By Jonathan Crawford  |  July 21, 2023

This is the fourth Insight in a series covering the U.S. EPA’s historic carbon emissions standards being proposed for the power sector.

While the use of low-carbon hydrogen to curb emissions in the U.S. power sector has garnered a lot of interest over the years, only a handful of commercial facilities currently burn the fuel. However, sweeping climate rules recently proposed by the U.S. EPA could change that, as large numbers of natural gas-fired generators are projected to co-fire the fuel to meet strict pollution caps. In this Energy Market Insight, we analyze what the EPA’s draft rule could mean for future hydrogen supply and demand in the power sector.

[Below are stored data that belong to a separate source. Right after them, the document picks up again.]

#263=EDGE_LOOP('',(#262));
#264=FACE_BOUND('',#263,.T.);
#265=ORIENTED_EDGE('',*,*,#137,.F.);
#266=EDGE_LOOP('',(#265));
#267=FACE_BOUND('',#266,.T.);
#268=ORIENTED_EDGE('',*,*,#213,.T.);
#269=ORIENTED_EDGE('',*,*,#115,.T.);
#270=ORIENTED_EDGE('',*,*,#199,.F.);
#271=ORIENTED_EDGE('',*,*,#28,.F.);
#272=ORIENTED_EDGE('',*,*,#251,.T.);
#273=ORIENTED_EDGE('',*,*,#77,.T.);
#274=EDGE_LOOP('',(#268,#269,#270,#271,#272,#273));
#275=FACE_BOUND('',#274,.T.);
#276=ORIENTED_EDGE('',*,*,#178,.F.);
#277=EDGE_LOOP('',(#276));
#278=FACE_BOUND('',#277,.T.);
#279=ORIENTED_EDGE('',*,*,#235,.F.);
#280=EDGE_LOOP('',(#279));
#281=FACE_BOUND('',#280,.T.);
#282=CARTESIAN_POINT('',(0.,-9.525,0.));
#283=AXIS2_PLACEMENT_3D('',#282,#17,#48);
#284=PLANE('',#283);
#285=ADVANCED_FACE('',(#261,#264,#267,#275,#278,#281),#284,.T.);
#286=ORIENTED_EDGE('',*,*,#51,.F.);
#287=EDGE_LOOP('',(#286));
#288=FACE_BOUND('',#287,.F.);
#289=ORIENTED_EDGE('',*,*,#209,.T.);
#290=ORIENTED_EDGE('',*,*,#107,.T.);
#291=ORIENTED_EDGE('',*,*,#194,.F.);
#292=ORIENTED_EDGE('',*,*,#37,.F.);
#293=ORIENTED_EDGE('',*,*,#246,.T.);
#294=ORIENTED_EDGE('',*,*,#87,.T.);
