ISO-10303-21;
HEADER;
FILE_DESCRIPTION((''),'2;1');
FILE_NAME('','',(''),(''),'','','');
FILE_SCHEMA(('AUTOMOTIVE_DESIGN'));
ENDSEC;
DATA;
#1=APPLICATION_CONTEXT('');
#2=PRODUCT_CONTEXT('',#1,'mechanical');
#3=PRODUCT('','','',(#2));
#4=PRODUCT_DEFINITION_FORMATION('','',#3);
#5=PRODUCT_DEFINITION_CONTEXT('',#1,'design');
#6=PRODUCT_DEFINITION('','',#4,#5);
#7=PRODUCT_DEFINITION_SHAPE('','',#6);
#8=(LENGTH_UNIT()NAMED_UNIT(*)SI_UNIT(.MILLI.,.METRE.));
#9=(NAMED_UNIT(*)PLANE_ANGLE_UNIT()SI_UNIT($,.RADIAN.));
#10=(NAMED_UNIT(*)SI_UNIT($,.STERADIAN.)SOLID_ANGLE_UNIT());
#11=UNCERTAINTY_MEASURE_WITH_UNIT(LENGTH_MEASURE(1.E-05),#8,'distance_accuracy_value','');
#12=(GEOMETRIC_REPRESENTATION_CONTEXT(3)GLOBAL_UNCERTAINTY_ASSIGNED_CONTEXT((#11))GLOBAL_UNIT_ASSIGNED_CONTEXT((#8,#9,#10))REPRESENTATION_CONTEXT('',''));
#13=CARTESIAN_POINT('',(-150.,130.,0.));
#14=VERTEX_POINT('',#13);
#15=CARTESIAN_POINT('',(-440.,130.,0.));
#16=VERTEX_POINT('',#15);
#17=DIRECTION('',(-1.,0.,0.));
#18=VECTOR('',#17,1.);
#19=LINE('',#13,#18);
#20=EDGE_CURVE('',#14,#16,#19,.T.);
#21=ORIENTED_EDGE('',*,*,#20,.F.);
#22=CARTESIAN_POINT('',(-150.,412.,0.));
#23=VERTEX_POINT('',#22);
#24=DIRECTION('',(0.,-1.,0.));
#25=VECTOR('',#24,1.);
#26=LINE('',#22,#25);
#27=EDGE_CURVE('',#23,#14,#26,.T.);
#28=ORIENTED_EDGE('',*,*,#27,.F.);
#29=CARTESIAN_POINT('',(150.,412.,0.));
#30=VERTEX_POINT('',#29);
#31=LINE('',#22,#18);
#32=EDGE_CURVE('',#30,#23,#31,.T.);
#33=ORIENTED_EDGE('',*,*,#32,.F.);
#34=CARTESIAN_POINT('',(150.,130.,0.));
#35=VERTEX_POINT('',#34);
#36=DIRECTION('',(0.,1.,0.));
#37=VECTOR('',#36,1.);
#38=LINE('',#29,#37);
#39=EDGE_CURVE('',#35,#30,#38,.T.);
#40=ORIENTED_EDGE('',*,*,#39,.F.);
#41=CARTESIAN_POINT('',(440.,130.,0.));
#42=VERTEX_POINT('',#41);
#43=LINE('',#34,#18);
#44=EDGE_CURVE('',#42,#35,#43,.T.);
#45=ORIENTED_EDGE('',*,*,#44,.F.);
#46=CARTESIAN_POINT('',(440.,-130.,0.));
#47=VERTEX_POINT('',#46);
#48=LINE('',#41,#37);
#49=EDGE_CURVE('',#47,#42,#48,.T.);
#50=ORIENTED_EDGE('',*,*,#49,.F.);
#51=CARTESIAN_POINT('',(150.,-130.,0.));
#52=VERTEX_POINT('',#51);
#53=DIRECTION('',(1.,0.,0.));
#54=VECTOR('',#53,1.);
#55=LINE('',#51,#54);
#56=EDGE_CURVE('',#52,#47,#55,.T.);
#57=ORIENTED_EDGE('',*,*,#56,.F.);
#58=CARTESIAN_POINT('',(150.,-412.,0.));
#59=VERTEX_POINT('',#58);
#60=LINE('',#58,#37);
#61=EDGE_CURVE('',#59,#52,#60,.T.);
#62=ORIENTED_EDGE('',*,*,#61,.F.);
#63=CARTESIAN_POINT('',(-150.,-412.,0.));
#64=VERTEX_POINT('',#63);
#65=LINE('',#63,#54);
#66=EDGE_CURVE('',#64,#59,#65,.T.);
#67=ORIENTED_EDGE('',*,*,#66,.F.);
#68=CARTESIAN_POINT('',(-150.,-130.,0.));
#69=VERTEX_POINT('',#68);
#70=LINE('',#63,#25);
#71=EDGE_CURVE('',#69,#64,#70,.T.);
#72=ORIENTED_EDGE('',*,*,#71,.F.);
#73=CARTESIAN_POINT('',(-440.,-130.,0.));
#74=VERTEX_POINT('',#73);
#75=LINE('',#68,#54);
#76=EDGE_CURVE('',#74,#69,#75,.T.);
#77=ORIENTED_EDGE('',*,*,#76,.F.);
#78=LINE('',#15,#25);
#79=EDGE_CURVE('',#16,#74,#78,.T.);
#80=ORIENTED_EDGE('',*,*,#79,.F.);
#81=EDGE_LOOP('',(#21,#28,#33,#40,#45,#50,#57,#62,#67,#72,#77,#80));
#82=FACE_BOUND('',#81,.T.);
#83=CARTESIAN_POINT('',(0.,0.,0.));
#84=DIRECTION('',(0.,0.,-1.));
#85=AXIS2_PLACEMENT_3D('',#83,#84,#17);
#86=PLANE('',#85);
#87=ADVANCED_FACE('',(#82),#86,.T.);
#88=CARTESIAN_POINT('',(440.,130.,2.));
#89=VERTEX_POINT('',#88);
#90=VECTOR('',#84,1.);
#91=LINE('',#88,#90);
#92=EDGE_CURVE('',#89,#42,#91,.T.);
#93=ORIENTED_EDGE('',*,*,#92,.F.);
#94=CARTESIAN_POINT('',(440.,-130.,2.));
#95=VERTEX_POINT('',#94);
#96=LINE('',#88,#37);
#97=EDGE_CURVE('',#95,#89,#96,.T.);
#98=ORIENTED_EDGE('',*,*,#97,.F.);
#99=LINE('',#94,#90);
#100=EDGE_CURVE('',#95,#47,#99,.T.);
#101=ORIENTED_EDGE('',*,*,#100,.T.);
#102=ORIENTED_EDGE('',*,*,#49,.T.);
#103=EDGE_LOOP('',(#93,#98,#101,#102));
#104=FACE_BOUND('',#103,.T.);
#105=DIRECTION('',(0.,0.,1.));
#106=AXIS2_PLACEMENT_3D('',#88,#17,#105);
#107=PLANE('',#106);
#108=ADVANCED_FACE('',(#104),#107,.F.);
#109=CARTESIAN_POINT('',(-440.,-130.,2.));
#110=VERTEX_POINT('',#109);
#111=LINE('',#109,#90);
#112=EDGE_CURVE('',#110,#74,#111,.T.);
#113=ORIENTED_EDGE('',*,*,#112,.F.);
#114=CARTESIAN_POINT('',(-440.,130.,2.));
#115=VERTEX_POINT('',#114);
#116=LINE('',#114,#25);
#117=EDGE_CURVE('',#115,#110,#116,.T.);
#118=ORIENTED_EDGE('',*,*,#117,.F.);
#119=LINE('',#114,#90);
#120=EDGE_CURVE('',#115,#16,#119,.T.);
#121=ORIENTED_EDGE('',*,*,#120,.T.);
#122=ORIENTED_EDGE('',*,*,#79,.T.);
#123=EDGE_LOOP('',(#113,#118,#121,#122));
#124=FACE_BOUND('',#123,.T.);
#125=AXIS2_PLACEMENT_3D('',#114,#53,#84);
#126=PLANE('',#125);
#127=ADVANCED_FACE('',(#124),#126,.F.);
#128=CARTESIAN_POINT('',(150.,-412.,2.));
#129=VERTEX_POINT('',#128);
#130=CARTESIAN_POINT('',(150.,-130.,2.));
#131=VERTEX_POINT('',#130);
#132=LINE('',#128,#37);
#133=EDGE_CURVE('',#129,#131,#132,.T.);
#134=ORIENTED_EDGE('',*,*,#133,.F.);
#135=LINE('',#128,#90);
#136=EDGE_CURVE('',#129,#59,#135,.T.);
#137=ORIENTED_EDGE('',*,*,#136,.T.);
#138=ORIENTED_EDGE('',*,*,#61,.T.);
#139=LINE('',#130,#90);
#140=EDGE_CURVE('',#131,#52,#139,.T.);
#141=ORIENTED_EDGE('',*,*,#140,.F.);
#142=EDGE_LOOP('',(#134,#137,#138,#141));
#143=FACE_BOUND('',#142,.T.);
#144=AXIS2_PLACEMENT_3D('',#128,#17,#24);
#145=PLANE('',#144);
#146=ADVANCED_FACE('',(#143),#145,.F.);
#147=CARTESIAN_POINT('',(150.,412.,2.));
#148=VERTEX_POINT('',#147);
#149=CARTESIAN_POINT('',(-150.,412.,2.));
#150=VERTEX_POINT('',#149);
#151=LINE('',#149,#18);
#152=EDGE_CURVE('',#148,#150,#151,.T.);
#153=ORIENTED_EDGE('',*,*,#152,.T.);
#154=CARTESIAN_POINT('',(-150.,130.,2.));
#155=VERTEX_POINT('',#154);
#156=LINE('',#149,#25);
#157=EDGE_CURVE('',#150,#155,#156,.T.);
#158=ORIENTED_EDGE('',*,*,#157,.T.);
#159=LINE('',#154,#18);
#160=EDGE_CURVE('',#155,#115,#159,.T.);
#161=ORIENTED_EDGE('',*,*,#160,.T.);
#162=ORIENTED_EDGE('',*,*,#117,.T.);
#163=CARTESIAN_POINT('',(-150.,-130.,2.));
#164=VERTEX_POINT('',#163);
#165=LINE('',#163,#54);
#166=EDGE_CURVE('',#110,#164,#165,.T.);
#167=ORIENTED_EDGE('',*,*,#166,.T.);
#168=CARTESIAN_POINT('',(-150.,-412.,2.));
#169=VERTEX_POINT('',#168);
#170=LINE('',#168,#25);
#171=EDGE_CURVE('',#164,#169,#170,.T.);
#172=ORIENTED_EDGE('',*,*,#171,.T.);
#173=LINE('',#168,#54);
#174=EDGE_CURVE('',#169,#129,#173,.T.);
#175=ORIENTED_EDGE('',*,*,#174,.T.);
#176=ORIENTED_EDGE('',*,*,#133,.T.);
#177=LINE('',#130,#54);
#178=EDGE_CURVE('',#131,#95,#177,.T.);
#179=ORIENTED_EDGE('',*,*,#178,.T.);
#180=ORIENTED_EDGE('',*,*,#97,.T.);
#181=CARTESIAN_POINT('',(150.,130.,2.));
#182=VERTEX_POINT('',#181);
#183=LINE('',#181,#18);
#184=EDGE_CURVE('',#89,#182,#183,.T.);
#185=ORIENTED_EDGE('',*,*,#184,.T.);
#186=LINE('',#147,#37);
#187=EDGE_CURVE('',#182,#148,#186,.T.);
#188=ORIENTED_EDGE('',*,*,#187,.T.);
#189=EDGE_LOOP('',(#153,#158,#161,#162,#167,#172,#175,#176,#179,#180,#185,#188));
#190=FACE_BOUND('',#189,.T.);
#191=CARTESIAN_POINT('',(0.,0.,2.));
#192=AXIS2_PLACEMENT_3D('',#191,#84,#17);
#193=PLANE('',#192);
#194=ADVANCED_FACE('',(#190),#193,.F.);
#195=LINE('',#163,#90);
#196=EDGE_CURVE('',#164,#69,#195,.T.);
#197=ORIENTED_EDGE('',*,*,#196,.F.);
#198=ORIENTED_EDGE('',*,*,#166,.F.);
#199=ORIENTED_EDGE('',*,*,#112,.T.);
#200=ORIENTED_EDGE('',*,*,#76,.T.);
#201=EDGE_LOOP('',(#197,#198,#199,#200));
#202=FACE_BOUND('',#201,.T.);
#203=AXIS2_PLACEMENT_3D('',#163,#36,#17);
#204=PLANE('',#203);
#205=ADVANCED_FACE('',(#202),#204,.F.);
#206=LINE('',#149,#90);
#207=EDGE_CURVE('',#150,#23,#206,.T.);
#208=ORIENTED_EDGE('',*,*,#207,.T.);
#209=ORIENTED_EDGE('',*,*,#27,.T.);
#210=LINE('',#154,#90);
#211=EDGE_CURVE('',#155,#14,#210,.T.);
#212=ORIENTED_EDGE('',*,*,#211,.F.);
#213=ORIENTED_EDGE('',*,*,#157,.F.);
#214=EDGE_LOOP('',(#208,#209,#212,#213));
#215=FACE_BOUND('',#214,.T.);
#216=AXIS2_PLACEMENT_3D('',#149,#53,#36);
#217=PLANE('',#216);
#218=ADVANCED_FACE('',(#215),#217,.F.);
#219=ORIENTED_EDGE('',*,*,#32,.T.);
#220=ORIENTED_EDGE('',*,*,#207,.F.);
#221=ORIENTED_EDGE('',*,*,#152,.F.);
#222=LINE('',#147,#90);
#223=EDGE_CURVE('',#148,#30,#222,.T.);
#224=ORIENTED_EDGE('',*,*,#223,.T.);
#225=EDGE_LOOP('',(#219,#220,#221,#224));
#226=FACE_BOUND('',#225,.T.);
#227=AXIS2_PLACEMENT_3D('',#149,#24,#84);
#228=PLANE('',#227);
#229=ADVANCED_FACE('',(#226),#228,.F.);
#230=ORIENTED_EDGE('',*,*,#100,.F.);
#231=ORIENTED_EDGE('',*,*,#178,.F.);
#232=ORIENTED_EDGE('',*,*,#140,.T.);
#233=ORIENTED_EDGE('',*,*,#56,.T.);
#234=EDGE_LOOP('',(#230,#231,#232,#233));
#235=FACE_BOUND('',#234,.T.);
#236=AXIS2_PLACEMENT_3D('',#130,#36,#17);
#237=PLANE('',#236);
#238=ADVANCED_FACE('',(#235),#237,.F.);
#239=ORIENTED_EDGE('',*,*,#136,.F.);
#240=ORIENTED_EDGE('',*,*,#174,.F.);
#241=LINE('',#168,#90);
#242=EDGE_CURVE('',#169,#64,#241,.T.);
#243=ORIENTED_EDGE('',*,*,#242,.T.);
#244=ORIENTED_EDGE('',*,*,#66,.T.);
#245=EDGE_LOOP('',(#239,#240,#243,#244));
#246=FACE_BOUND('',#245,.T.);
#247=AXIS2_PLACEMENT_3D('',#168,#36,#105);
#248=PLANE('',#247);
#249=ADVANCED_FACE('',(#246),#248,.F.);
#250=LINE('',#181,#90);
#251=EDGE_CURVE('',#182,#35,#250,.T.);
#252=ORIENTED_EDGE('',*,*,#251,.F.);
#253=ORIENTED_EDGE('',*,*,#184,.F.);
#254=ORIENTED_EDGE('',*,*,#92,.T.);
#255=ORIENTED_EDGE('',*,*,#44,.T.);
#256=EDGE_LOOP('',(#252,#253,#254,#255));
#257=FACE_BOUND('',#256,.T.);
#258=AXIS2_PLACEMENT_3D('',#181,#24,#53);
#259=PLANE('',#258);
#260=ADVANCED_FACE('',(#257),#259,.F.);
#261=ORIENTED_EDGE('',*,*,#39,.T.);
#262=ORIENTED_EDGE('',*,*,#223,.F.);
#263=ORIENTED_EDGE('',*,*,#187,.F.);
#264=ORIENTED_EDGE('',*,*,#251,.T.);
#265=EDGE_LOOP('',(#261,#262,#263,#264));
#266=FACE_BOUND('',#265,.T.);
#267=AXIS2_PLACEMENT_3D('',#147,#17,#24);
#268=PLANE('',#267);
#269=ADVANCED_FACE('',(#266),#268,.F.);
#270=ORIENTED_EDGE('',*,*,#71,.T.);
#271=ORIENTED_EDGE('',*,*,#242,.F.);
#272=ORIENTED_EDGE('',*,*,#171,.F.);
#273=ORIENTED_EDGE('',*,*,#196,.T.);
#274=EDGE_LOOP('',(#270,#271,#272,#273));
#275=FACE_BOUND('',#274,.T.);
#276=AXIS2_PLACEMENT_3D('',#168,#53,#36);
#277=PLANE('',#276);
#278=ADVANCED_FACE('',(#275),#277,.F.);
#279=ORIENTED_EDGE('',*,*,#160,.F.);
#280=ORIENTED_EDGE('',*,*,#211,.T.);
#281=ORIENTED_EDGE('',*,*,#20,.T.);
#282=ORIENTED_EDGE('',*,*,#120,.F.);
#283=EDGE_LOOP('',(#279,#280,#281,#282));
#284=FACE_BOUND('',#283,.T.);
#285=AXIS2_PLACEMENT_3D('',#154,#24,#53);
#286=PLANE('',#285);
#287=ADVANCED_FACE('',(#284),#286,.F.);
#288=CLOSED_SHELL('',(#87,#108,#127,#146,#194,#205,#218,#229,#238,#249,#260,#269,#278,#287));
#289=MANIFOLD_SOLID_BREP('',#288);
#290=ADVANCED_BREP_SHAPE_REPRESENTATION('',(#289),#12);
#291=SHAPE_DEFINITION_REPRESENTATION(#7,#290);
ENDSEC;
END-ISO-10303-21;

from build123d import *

# Parameters (mm, degrees)
BOSS_EXTRUDE1_DEPTH = 2


with BuildPart() as part:
    # Sketch1 → Boss-Extrude1 (new body)
    with BuildSketch(Plane.XY):
        Polygon((-150, 412), (150, 412), (150, 130), (440, 130), (440, -130), (150, -130), (150, -412), (-150, -412), (-150, -130), (-440, -130), (-440, 130), (-150, 130), align=None)
    extrude(amount=BOSS_EXTRUDE1_DEPTH)


solid = part.part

The EPA’s proposed climate rules for the power sector released in May set stringent emissions standards for the nation’s natural gas-fired generator fleet. Existing natural gas-fired combustion turbines with generating capacities above 300 MW and utilization rates greater than 50%, and new plants with utilization rates of 20% or more, can meet the emissions standards by co-firing low-greenhouse gas hydrogen at 30% by volume in 2032. The rule requires that the hydrogen have well-to-gate carbon emissions of less than 0.45 kg CO2e/kgH2. To meet this threshold, plants will likely have to use green hydrogen, which is produced with electrolyzers powered by non-emitting generators such as solar, wind, and hydroelectric plants. Plants can also lower their emissions by other means, such as carbon capture and sequestration (CCS), which BTU Analytics outlined in a previous Energy Market Insight.

Recent modeling data issued by the EPA provides projections on the amount of capacity that will adopt hydrogen co-firing to comply with the rules. Moreover, by examining the EPA’s model results, BTU Analytics was able to identify the future and existing plants that are projected by the agency to co-fire hydrogen. In 2035, three years after initial compliance kicks in, at least 46 GW of capacity from new and existing natural gas-fired plants are estimated to co-fire hydrogen in lieu of installing CCS or lowering utilization to avoid the compliance requirement. That amount is equal to nearly 10% of the projected capacity of the entire fleet in that year.


As illustrated in the map above, the largest concentrations of capacity co-firing hydrogen in 2035 are expected to be in California and the Northeast. California and Pennsylvania represent the states with the highest projected hydrogen co-firing capacity, with 6.8 GW and 1.1 GW, respectively.

The green hydrogen demand from these plants is estimated to top 4 Mtpa in 2035, and meeting this demand will likely require a significant buildout of electrolyzers beyond what is already proposed. This comes as many of the announced projects have already secured offtakers or made plans to use their hydrogen for alternative purposes, such as ammonia production. Additionally, while the U.S. Department of Energy is providing federal funding to establish up to ten regional low-carbon hydrogen hubs across the U.S., which could help alleviate supply constraints, many of the larger proposed production facilities are concentrated along the Gulf Coast and in Texas. Without sufficient hydrogen pipeline networks, those supplies are effectively out of reach of the regions where demand for the fuel is projected to be the highest. As a result, many power plants projected to co-fire with hydrogen may need to consider other sources of hydrogen, including the possibility of producing their own green hydrogen onsite to avoid excessive transportation costs, until more proximate regional supply materializes.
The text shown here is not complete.